Protein-coding gene in the species Homo sapiens

Not to be confused with Mothers against decapentaplegic.

MXD1
Available structures PDB Ortholog search: PDBe RCSB List of PDB id codes 1E91, 1G1E, 1NLW, 1PD7, 1S5Q
Identifiers
Aliases	MXD1, BHLHC58, MAD, MAD1, MAX dimerization protein 1
External IDs	OMIM: 600021; MGI: 96908; HomoloGene: 1767; GeneCards: MXD1; OMA:MXD1 - orthologs
Gene location (Human) Chr. Chromosome 2 (human)[1] Band 2p13.3 Start 69,897,688 bp[1] End 69,942,945 bp[1]
Gene location (Mouse) Chr. Chromosome 6 (mouse)[2] Band 6 D1|6 37.75 cM Start 86,624,024 bp[2] End 86,646,143 bp[2]
RNA expression pattern Bgee Human Mouse (ortholog) Top expressed in buccal mucosa cell mucosa of pharynx oocyte secondary oocyte amniotic fluid blood oral cavity jejunal mucosa mucosa of colon mucosa of sigmoid colon Top expressed in granulocyte left colon blood retinal pigment epithelium duodenum ciliary body secondary oocyte epithelium of stomach jejunum conjunctival fornix More reference expression data BioGPS More reference expression data
Gene ontology Molecular function DNA-binding transcription factor activity RNA polymerase II cis-regulatory region sequence-specific DNA binding DNA binding DNA-binding transcription repressor activity, RNA polymerase II-specific protein binding transcription coregulator activity protein dimerization activity transcription corepressor activity DNA-binding transcription factor activity, RNA polymerase II-specific Cellular component nucleus nucleoplasm mitochondrion cytosol Biological process multicellular organism development cell population proliferation regulation of transcription, DNA-templated negative regulation of transcription by RNA polymerase II transcription, DNA-templated Sources:Amigo / QuickGO
Orthologs Species Human Mouse Entrez 4084 17119 Ensembl ENSG00000059728 ENSMUSG00000001156 UniProt Q05195 P50538 RefSeq (mRNA) NM_002357 NM_001202513 NM_001202514 NM_010751 RefSeq (protein) NP_001189442 NP_001189443 NP_002348 n/a Location (UCSC) Chr 2: 69.9 – 69.94 Mb Chr 6: 86.62 – 86.65 Mb PubMed search [3] [4]
Wikidata
View/Edit Human View/Edit Mouse

MAD protein is a protein that in humans is encoded by the MXD1 gene.^[5][6]

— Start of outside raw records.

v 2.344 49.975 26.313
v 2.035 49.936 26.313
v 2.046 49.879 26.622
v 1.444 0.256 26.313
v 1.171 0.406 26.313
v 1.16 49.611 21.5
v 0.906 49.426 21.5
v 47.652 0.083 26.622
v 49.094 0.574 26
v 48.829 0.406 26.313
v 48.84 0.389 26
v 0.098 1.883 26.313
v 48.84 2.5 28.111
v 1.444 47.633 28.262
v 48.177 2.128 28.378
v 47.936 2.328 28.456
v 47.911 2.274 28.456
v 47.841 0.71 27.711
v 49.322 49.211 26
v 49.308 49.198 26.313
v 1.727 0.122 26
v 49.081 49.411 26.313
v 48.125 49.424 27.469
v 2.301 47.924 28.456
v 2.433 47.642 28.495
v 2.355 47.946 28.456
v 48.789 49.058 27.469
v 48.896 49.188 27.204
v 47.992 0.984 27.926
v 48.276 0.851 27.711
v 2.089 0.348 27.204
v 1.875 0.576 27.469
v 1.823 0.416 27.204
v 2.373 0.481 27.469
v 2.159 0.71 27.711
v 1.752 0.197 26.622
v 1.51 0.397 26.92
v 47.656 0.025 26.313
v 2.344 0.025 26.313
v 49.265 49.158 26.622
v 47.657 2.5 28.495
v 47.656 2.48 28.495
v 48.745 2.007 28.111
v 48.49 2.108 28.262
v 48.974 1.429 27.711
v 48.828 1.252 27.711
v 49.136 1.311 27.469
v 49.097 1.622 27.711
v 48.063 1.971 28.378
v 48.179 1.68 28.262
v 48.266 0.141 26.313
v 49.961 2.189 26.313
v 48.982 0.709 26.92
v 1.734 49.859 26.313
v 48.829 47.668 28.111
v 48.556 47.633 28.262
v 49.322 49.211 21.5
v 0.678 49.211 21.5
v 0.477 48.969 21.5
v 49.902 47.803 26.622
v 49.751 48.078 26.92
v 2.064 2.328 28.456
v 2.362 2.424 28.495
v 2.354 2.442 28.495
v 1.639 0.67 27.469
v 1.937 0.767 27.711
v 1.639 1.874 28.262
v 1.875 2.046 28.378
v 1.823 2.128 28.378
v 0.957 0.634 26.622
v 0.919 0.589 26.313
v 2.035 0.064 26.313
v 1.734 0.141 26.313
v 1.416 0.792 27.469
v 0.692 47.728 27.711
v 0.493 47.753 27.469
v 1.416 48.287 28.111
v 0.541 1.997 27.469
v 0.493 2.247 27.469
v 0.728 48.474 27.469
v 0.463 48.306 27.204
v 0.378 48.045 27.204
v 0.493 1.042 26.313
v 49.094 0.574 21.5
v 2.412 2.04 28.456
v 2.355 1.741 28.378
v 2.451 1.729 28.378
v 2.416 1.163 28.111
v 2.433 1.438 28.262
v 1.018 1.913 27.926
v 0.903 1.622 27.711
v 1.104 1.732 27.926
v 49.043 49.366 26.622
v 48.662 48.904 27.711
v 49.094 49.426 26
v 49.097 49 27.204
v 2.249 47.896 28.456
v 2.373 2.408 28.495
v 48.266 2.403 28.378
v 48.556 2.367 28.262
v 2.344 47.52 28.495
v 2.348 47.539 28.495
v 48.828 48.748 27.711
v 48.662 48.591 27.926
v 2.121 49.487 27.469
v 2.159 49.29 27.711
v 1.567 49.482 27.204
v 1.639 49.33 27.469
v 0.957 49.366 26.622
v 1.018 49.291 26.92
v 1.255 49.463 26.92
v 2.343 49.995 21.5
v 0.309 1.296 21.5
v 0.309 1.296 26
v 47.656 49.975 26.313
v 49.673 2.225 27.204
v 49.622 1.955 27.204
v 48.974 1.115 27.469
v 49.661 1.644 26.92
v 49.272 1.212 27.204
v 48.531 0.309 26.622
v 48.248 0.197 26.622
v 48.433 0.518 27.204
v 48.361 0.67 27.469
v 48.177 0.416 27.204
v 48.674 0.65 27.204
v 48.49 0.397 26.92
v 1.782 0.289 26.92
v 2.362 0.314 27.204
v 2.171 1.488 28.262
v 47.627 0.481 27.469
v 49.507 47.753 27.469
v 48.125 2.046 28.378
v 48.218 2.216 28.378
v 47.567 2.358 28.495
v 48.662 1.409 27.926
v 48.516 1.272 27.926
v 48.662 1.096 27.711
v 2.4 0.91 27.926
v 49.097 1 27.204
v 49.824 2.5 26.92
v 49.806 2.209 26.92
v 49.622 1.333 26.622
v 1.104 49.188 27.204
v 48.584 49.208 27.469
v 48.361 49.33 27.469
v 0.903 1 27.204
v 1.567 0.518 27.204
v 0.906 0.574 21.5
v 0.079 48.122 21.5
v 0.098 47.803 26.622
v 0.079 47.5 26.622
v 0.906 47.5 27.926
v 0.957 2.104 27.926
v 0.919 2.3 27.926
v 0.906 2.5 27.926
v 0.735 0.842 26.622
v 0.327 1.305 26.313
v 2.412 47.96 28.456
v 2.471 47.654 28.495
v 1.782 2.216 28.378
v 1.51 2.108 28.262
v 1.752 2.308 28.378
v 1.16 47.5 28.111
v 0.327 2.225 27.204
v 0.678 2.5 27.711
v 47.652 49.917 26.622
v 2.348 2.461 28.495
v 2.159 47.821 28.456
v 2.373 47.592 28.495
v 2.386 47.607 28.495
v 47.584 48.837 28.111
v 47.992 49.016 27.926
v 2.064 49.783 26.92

MAD-MAX dimerization protein belongs to a subfamily of MAX-interacting proteins. This protein competes with MYC for binding to MAX to form a sequence-specific DNA-binding complex, acts as a transcriptional repressor (while MYC appears to function as an activator) and is a candidate tumor suppressor.^[6]

Interactions

MXD1 has been shown to interact with Histone deacetylase 2,^[7][8] SMC3,^[9] MLX,^[10][11] SIN3A^[12][13][14] and MAX.^{[9][15][16][17]}

References

1. ^ ^{a b c} GRCh38: Ensembl release 89: ENSG00000059728 – Ensembl, May 2017
2. ^ ^{a b c} GRCm38: Ensembl release 89: ENSMUSG00000001156 – Ensembl, May 2017
3. ^ "Human PubMed Reference:". National Center for Biotechnology Information, U.S. National Library of Medicine.
4. ^ "Mouse PubMed Reference:". National Center for Biotechnology Information, U.S. National Library of Medicine.
5. ^ Shapiro DN, Valentine V, Eagle L, Yin X, Morris SW, Prochownik EV (February 1995). "Assignment of the human MAD and MXI1 genes to chromosomes 2p12-p13 and 10q24-q25". Genomics. 23 (1): 282–5. doi:10.1006/geno.1994.1496. PMID 7829091.
6. ^ ^{a b} "Entrez Gene: MXD1 MAX dimerization protein 1".
7. ^ Laherty, C D; Yang W M; Sun J M; Davie J R; Seto E; Eisenman R N (May 1997). "Histone deacetylases associated with the mSin3 corepressor mediate mad transcriptional repression". Cell. 89 (3). UNITED STATES: 349–56. doi:10.1016/S0092-8674(00)80215-9. ISSN 0092-8674. PMID 9150134. S2CID 13490886.
8. ^ Spronk, C A; Tessari M; Kaan A M; Jansen J F; Vermeulen M; Stunnenberg H G; Vuister G W (December 2000). "The Mad1-Sin3B interaction involves a novel helical fold". Nat. Struct. Biol. 7 (12). UNITED STATES: 1100–4. doi:10.1038/81944. hdl:2066/79474. ISSN 1072-8368. PMID 11101889. S2CID 12451972.
9. ^ ^{a b} Gupta, K; Anand G; Yin X; Grove L; Prochownik E V (March 1998). "Mmip1: a novel leucine zipper protein that reverses the suppressive effects of Mad family members on c-myc". Oncogene. 16 (9). ENGLAND: 1149–59. doi:10.1038/sj.onc.1201634. ISSN 0950-9232. PMID 9528857.
10. ^ Cairo, S; Merla G; Urbinati F; Ballabio A; Reymond A (March 2001). "WBSCR14, a gene mapping to the Williams--Beuren syndrome deleted region, is a new member of the Mlx transcription factor network". Hum. Mol. Genet. 10 (6). England: 617–27. doi:10.1093/hmg/10.6.617. ISSN 0964-6906. PMID 11230181.
11. ^ Meroni, G; Cairo S; Merla G; Messali S; Brent R; Ballabio A; Reymond A (July 2000). "Mlx, a new Max-like bHLHZip family member: the center stage of a novel transcription factors regulatory pathway?". Oncogene. 19 (29). ENGLAND: 3266–77. doi:10.1038/sj.onc.1203634. ISSN 0950-9232. PMID 10918583.
12. ^ Swanson, Kurt A; Knoepfler Paul S; Huang Kai; Kang Richard S; Cowley Shaun M; Laherty Carol D; Eisenman Robert N; Radhakrishnan Ishwar (August 2004). "HBP1 and Mad1 repressors bind the Sin3 corepressor PAH2 domain with opposite helical orientations". Nat. Struct. Mol. Biol. 11 (8). United States: 738–46. doi:10.1038/nsmb798. ISSN 1545-9993. PMID 15235594. S2CID 44324333.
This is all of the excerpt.